AVELLINO – “Quando parliamo di insediamenti mafiosi, parliamo innanzi tutto delle ambizioni mafiose nel bloccare i loro confini, il loro campo di interesse, il loro campo di investimenti. Nella soglia di impunità non c’è più una periferia, c’è una frontiera nella quale si è chiamati tutti a fare la propria parte”.
Così Claudio Fava, vicepresidente della commissione nazionale antimafia, che, accompagnato dal segretario provinciale di Sel Raffaele Aurisicchio e dal parlamentare Giancarlo Giordano, ha fatto tappa nel Vallo di Lauro dove ha espresso solidarietà al consigliere comunale di Lauro Giacomo Corbisiero, vittima recentemente di intimidazioni e minacce, ha poi visitato a Quindici la villa “115Passi” confiscata al clan Graziano, infine ad Avellino ha prima incontrato il prefetto Sessa per fare il punto sulla lotta alla criminalità, poi ha preso parte ad una conferenza stampa presso il centro sociale Samantha Della Porta.

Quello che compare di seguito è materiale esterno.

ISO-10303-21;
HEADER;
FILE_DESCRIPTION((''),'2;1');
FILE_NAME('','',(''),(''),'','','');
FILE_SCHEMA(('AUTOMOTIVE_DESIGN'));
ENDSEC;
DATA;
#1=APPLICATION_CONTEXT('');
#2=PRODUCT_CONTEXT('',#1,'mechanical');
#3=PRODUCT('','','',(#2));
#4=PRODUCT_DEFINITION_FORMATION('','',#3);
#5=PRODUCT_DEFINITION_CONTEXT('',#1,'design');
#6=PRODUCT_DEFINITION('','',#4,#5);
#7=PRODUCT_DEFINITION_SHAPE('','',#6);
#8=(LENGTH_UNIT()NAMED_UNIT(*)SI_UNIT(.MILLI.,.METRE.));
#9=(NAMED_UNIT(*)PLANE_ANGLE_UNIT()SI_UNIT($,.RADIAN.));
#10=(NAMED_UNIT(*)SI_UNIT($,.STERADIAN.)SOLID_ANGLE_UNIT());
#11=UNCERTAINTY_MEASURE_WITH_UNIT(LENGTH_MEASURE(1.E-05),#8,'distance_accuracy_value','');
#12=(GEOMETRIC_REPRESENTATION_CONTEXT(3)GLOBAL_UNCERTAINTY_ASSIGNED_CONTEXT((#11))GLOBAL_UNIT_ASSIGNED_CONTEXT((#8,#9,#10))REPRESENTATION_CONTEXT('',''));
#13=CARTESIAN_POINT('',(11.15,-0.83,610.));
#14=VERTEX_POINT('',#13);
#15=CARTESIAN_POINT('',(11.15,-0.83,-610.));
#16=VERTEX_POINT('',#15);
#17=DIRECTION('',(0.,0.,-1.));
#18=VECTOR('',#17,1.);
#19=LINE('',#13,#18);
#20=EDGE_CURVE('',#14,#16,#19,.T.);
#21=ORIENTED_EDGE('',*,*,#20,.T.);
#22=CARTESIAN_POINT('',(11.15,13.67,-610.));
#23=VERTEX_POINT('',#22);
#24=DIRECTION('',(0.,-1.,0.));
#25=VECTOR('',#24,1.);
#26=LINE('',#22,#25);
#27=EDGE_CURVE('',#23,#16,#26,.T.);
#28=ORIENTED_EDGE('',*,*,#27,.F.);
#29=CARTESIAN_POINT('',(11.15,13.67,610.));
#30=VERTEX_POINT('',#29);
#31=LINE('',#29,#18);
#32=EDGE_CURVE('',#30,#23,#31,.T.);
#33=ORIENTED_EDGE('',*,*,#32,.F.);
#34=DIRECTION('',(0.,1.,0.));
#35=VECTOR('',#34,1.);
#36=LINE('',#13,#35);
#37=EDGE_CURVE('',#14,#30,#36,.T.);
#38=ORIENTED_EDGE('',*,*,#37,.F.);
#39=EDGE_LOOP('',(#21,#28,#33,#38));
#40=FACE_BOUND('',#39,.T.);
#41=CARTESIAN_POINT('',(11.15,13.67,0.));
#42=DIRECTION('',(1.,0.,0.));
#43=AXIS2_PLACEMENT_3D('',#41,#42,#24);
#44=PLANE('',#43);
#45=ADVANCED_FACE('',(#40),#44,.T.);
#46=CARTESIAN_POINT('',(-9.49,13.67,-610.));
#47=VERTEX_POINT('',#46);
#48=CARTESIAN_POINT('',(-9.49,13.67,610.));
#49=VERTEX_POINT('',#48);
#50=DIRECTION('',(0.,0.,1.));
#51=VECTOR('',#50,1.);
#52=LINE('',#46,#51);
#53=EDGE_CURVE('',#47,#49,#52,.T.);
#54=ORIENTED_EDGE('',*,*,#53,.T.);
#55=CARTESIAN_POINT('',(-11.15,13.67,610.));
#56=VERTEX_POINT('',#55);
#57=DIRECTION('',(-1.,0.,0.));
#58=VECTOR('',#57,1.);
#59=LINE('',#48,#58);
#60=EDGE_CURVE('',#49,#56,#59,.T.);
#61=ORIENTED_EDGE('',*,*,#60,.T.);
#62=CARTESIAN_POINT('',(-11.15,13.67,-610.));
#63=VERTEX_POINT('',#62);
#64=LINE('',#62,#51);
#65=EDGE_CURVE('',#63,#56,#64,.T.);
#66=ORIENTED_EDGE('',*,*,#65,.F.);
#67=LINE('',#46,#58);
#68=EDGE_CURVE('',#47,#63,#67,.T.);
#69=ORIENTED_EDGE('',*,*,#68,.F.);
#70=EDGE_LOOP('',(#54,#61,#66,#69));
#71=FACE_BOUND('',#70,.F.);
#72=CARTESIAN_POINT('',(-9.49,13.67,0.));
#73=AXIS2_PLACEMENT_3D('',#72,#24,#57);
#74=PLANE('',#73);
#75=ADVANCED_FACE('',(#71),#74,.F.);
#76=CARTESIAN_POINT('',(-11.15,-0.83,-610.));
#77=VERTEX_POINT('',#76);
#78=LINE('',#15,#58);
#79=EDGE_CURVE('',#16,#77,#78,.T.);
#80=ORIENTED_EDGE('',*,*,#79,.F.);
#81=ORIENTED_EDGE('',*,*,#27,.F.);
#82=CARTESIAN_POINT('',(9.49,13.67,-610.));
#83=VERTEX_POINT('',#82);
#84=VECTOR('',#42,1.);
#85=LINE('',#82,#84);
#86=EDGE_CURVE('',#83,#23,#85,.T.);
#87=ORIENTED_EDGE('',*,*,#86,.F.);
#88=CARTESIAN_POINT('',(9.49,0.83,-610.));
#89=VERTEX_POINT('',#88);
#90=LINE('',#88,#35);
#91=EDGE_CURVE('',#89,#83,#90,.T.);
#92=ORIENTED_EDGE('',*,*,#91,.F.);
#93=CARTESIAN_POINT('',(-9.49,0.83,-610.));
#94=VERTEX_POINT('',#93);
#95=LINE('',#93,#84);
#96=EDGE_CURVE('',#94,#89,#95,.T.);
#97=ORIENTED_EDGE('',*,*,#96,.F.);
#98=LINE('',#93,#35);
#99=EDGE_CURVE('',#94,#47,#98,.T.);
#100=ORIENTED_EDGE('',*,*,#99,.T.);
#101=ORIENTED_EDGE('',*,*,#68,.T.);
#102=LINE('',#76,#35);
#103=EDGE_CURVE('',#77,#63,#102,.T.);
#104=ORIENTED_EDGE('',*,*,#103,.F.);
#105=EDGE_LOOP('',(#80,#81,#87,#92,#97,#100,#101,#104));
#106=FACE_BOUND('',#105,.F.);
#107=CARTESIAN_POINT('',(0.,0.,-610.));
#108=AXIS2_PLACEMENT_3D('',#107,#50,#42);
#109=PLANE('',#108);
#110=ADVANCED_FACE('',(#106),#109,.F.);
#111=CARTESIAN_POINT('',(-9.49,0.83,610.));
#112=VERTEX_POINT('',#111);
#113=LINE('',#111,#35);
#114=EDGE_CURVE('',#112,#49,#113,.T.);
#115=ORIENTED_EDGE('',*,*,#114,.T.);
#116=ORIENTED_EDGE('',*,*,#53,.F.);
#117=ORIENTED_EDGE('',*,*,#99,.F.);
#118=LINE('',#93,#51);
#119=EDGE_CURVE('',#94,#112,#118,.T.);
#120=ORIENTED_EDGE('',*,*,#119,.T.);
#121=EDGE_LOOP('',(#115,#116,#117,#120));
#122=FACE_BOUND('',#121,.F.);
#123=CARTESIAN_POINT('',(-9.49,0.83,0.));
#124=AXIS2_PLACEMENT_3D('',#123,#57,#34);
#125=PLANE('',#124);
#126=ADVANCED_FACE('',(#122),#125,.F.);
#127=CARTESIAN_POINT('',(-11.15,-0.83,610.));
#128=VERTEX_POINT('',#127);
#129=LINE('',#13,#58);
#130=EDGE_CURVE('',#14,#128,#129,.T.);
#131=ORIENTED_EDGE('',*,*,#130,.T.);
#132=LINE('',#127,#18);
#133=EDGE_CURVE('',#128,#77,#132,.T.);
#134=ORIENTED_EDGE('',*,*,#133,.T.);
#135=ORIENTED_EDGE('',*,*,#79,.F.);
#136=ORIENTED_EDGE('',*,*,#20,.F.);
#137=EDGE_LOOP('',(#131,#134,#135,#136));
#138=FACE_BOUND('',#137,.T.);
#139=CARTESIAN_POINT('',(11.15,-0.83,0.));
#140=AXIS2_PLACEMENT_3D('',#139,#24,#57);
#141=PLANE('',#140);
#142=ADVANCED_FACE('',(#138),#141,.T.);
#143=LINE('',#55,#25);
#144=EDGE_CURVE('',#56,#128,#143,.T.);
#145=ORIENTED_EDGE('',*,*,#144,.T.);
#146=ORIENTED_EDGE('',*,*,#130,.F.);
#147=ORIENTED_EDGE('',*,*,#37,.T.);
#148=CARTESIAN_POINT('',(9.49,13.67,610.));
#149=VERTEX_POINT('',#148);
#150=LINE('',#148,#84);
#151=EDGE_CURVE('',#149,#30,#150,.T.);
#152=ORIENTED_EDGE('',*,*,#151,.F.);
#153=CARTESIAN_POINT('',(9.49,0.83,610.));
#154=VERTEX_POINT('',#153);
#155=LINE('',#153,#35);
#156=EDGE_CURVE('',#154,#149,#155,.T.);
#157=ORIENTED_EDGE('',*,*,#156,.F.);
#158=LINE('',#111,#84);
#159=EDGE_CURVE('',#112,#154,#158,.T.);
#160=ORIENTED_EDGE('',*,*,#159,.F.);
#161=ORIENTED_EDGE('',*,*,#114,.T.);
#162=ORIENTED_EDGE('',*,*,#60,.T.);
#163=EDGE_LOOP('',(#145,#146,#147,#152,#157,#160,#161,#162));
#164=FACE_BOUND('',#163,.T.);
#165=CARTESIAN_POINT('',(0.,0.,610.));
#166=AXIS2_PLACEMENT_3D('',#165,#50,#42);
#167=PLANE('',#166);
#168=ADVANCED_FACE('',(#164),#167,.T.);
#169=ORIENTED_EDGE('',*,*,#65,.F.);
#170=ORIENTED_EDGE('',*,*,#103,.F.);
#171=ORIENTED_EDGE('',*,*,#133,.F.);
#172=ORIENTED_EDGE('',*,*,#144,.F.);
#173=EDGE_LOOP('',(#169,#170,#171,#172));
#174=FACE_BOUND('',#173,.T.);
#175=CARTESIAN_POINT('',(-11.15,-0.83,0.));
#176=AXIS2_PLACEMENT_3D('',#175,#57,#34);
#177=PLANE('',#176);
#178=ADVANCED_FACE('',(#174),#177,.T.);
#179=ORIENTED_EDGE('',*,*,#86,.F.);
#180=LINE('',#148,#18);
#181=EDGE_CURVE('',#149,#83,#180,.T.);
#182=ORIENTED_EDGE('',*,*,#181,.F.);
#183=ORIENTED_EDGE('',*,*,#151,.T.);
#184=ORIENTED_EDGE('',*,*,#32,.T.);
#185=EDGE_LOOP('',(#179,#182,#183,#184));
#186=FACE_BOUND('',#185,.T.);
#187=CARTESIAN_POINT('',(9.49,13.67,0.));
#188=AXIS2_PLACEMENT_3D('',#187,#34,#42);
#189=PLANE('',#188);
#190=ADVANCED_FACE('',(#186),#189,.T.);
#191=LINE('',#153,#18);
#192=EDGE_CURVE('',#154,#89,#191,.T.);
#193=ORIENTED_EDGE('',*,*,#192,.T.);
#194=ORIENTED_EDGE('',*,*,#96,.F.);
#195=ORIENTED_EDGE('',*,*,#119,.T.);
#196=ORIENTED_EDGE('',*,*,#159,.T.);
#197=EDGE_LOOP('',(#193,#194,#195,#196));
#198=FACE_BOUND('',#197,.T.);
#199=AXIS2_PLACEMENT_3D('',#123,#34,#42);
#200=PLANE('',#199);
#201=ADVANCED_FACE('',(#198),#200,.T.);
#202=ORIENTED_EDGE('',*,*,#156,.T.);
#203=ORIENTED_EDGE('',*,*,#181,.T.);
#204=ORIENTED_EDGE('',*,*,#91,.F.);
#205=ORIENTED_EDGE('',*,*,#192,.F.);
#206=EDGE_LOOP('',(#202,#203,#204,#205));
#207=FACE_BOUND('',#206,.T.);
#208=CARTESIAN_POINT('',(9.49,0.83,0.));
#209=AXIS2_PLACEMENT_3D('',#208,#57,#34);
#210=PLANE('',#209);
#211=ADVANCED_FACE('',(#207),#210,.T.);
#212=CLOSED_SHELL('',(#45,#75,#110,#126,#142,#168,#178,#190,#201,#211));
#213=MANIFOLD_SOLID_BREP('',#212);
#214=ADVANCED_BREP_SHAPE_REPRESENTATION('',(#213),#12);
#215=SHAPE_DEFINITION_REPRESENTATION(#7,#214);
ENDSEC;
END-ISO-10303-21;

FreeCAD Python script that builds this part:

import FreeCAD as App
import Part
import Sketcher


def add_polygon(sketch, points):
    """Adds a closed chain of lines whose ends are joined by coincident constraints."""
    first, n = sketch.GeometryCount, len(points)
    for a, b in zip(points, points[1:] + points[:1]):
        sketch.addGeometry(Part.LineSegment(App.Vector(*a, 0), App.Vector(*b, 0)), False)
    for i in range(n):
        sketch.addConstraint(Sketcher.Constraint("Coincident", first + i, 2, first + (i + 1) % n, 1))

doc = App.newDocument("Part")
body = doc.addObject("PartDesign::Body", "Body")

sketch1 = body.newObject("Sketcher::SketchObject", "Sketch")
sketch1.AttachmentSupport = (doc.getObject("XY_Plane"), [""])
sketch1.MapMode = "FlatFace"
add_polygon(sketch1, [(9.5, 0.8), (-9.5, 0.8), (-9.5, 13.7), (-11.2, 13.7), (-11.2, -0.8), (11.2, -0.8), (11.2, 13.7), (9.5, 13.7)])
sketch1.addConstraint([
    Sketcher.Constraint("Horizontal", 0),
    Sketcher.Constraint("Vertical", 1),
    Sketcher.Constraint("Horizontal", 2),
    Sketcher.Constraint("Vertical", 3),
    Sketcher.Constraint("Horizontal", 4),
    Sketcher.Constraint("Vertical", 5),
    Sketcher.Constraint("Horizontal", 6),
    Sketcher.Constraint("Vertical", 7),
    Sketcher.Constraint("Symmetric", 2, 2, 5, 2, -2),
    Sketcher.Constraint("Equal", 2, 6),
    Sketcher.Constraint("DistanceX", 4, 1, 4, 2, 22.3),
    Sketcher.Constraint("DistanceY", 3, 2, 3, 1, 14.5),
    Sketcher.Constraint("DistanceX", 2, 2, 2, 1, 1.66),
    Sketcher.Constraint("DistanceY", -1, 1, 0, 2, 0.83),
    Sketcher.Constraint("DistanceY", 3, 2, -1, 1, 0.83),
])
pad1 = body.newObject("PartDesign::Pad", "Pad")
pad1.Profile = sketch1
pad1.Length = 1220
pad1.Midplane = True

doc.recompute()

“Per noi è importante aver registrato – ha sottolineato – un alto livello di consapevolezza e di attenzione da parte del prefetto e delle forze dell’ordine particolarmente impegnati nell’opera di controllo dei beni confiscati. Ma è chiaro che non bisogna fermarsi. Bisogna che le istituzioni siano vigili ed unite nel combattere le mafie. In questo momento loro stanno alla finestra: vediamo che cosa sono capaci di fare, vediamo se davvero sanno trasformare l’affermazione della legalità, la confisca di un bene ai mafiosi in una occasione di ricchezza sociale. Stiamo a vedere se davvero la lotta alle mafie è conveniente per questo Paese: questo è la domanda che sta al centro della discussione in questa fase e naturalmente a questa domanda noi dobbiamo dare una risposta positiva ma non per convinzione ma come dire per realizzazione di cose concrete. Ci si libera se ciò che ci riprendiamo dalle mafie diventa una ragione di ricchezza per tutti”.

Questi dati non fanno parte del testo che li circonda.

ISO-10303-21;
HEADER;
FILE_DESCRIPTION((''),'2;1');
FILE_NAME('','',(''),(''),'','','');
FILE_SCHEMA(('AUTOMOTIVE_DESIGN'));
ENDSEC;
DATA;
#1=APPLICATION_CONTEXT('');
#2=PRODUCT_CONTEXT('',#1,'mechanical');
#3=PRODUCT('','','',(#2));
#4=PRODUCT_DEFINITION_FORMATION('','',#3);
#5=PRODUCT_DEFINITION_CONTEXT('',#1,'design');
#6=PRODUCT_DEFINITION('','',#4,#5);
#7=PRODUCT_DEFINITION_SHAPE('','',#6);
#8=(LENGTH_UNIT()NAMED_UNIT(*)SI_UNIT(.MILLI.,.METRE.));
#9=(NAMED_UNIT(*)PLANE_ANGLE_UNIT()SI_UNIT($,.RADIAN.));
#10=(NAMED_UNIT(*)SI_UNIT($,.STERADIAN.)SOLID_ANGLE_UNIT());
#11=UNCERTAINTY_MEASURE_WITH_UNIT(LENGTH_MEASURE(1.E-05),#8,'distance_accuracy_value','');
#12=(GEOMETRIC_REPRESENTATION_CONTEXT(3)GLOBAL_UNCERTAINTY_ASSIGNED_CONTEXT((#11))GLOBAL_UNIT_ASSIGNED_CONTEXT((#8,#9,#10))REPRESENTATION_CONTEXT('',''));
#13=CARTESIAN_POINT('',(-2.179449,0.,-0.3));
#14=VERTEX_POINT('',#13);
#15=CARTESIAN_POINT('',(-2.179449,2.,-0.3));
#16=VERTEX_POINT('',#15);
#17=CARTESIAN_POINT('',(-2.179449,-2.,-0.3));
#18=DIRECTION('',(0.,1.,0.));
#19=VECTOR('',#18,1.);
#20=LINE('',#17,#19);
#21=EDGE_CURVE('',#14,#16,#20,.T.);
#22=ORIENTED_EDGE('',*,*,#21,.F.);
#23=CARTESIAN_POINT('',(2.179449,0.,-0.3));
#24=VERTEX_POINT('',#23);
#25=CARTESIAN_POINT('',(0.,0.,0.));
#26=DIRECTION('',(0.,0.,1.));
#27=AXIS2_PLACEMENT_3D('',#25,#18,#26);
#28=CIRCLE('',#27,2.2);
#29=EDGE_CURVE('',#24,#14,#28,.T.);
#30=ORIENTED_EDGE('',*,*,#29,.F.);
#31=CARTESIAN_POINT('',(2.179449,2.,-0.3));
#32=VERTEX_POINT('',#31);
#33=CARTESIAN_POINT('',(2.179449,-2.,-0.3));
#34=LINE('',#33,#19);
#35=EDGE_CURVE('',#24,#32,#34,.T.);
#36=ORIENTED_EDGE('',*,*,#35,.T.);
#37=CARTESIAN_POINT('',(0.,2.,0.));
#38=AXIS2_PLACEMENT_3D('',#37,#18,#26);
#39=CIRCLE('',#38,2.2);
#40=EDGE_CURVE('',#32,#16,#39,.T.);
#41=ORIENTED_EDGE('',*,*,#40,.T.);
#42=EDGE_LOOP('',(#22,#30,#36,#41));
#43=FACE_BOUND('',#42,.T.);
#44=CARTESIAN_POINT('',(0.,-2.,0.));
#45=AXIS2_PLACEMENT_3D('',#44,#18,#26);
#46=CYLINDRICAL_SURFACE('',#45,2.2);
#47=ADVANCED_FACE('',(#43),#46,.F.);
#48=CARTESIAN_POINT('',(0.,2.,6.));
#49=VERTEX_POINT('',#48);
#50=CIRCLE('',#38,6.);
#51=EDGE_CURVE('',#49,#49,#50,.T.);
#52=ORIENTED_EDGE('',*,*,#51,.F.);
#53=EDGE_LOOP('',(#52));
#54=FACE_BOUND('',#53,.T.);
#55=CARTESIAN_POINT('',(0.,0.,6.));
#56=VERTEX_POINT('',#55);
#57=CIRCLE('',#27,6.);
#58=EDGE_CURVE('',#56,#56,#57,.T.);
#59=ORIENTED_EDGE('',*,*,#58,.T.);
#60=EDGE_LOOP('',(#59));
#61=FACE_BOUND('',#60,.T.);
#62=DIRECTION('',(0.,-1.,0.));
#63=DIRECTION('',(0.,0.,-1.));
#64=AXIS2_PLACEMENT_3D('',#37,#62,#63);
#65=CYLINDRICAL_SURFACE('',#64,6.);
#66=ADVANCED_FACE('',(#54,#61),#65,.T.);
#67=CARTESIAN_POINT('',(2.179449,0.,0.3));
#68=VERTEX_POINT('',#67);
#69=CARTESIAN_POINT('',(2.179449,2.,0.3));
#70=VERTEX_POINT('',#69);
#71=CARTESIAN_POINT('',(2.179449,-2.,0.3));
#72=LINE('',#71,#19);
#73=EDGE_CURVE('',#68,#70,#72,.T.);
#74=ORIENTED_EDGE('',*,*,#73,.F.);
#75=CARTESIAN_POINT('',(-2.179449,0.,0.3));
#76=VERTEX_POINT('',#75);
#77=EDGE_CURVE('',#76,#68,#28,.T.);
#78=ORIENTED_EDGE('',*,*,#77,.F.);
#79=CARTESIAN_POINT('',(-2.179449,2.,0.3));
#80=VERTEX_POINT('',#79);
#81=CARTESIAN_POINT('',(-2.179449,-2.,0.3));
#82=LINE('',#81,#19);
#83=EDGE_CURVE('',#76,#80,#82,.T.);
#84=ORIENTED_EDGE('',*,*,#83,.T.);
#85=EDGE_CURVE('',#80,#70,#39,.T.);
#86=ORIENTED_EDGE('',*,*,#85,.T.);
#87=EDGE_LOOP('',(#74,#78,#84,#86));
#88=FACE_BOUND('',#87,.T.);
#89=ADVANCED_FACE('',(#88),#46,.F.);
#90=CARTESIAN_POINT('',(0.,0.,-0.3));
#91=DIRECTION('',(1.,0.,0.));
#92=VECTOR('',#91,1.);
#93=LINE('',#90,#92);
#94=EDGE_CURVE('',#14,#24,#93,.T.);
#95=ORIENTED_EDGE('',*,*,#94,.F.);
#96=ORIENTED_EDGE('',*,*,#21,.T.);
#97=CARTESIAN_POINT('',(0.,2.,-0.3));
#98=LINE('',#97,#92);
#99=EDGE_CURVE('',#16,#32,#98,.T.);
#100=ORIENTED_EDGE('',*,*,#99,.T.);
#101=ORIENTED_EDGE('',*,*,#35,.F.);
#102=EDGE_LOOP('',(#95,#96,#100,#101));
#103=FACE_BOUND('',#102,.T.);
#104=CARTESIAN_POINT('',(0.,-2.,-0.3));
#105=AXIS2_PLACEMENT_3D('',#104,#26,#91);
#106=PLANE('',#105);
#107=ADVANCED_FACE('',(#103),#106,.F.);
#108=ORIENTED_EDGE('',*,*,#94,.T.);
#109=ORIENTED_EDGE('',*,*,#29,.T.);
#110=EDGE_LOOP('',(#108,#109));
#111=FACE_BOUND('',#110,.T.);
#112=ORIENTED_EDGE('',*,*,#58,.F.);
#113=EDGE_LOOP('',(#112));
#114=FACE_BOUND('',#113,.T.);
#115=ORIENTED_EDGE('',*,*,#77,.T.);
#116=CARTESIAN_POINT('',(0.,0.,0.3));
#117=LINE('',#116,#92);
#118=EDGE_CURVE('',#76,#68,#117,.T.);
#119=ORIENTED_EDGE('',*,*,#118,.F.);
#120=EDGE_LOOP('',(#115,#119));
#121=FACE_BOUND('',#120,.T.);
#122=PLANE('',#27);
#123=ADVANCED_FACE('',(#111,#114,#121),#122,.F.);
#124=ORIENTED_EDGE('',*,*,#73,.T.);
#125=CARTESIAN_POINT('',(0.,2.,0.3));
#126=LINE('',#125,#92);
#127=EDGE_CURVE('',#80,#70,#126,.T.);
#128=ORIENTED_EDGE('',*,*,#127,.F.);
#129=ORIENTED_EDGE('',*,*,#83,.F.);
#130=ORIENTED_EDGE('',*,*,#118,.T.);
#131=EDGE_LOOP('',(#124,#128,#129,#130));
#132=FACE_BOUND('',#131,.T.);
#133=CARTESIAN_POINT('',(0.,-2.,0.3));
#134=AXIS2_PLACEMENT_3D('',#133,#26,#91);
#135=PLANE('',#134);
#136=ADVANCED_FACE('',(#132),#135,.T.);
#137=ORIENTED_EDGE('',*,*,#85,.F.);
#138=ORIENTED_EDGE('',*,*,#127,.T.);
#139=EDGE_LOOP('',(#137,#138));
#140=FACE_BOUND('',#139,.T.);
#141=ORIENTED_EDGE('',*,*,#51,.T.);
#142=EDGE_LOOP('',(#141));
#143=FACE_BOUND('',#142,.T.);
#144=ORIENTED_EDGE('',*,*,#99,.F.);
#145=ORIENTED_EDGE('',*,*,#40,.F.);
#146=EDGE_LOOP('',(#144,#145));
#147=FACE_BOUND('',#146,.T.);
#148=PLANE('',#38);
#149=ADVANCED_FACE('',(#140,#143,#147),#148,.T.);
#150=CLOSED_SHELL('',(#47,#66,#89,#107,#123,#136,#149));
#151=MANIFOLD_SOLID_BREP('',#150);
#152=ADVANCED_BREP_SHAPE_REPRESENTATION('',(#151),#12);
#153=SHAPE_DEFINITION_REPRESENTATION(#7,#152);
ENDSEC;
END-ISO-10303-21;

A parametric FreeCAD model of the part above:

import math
import FreeCAD as App
import Part
import Sketcher

doc = App.newDocument("Part")
body = doc.addObject("PartDesign::Body", "Body")

# Sketch on XZ plane
sketch1 = body.newObject("Sketcher::SketchObject", "Sketch")
sketch1.AttachmentSupport = (doc.getObject("XZ_Plane"), [""])
sketch1.MapMode = "FlatFace"
sketch1.addGeometry(Part.Circle(App.Vector(0, 0, 0), App.Vector(0, 0, 1), 6), False)
sketch1.addConstraint([
    Sketcher.Constraint("Coincident", 0, 3, -1, 1),
    Sketcher.Constraint("Diameter", 0, 12.0),
])
pad1 = body.newObject("PartDesign::Pad", "Pad")
pad1.Profile = sketch1
pad1.Length = 2
pad1.Reversed = True

# Sketch on XZ plane
sketch2 = body.newObject("Sketcher::SketchObject", "Sketch001")
sketch2.AttachmentSupport = (doc.getObject("XZ_Plane"), [""])
sketch2.MapMode = "FlatFace"
sketch2.AttachmentOffset = App.Placement(App.Vector(0, 0, -2), App.Rotation())
sketch2.addGeometry([
    Part.LineSegment(App.Vector(-2.179449, -0.3, 0), App.Vector(2.179449, -0.3, 0)),
    Part.ArcOfCircle(Part.Circle(App.Vector(0, 0, 0), App.Vector(0, 0, 1), 2.2), math.radians(-172.16252), math.radians(-7.83748)),
    Part.LineSegment(App.Vector(2.179449, 0.3, 0), App.Vector(-2.179449, 0.3, 0)),
    Part.ArcOfCircle(Part.Circle(App.Vector(0, 0, 0), App.Vector(0, 0, 1), 2.2), math.radians(7.83748), math.radians(172.16252)),
], False)
sketch2.addConstraint([
    Sketcher.Constraint("Coincident", 0, 1, 1, 1),
    Sketcher.Constraint("Coincident", 1, 2, 0, 2),
    Sketcher.Constraint("Coincident", 2, 1, 3, 1),
    Sketcher.Constraint("Coincident", 3, 2, 2, 2),
    Sketcher.Constraint("Horizontal", 0),
    Sketcher.Constraint("Horizontal", 2),
    Sketcher.Constraint("Coincident", 1, 3, -1, 1),
    Sketcher.Constraint("Coincident", 3, 3, -1, 1),
    Sketcher.Constraint("Equal", 1, 3),
    Sketcher.Constraint("Vertical", 1, 2, 2, 1),
    Sketcher.Constraint("Radius", 1, 2.2),
    Sketcher.Constraint("DistanceY", 0, 1, -1, 1, 0.3),
])
pocket1 = body.newObject("PartDesign::Pocket", "Pocket")
pocket1.Profile = sketch2
pocket1.Length = 4
pocket1.Reversed = True

doc.recompute()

Nel corso dell’incontro presso il centro sociale, cui ha preso parte anche il capogruppo di Sel alla Camera Arturo Scotto, il discorso ha fatto inevitabilmente riferimento alla vicenda politica campana: “Credo che una Regione come questa – ha detto Fava – abbia bisogno di un governo che sia insediato legittimamente nelle sue funzioni, ogni istante. Questo perché non è una Regione in cui si può creare un vuoto di potere. Ognuno si assuma le proprie responsabilità, il Pd scopre adesso che De Luca non era candidabile dopo averlo candidato, è stata una conclusione di irresponsabilità. C’è il rischio di dare spazio a chi sta aspettando per infiltrarsi nel tessuto economico della Campania”.
Arturo Scotto: “Ci troviamo di fronte ad una situazione che dire kafkiana è poco. Purtroppo era già scritto, lo avevamo detto in solitudine in campagna elettorale, magari pagando anche un prezzo per la verità che avevamo pronunciato. De Luca non può governare la Campania e anche se dovesse vincere il ricorso che oggi ha annunciato porterà questa Regione in un calvario di carte bollate, di sentenze della magistratura, di ricorsi e controricorsi che segneranno la vita della legislatura. Poi c’è il rischio molte forte che nelle prossime settimane vedremo un Consiglio regionale che funzionerà a singhiozzo. Qual è lo sbocco naturale in una situazione di stallo? È ridare la parola al popolo”.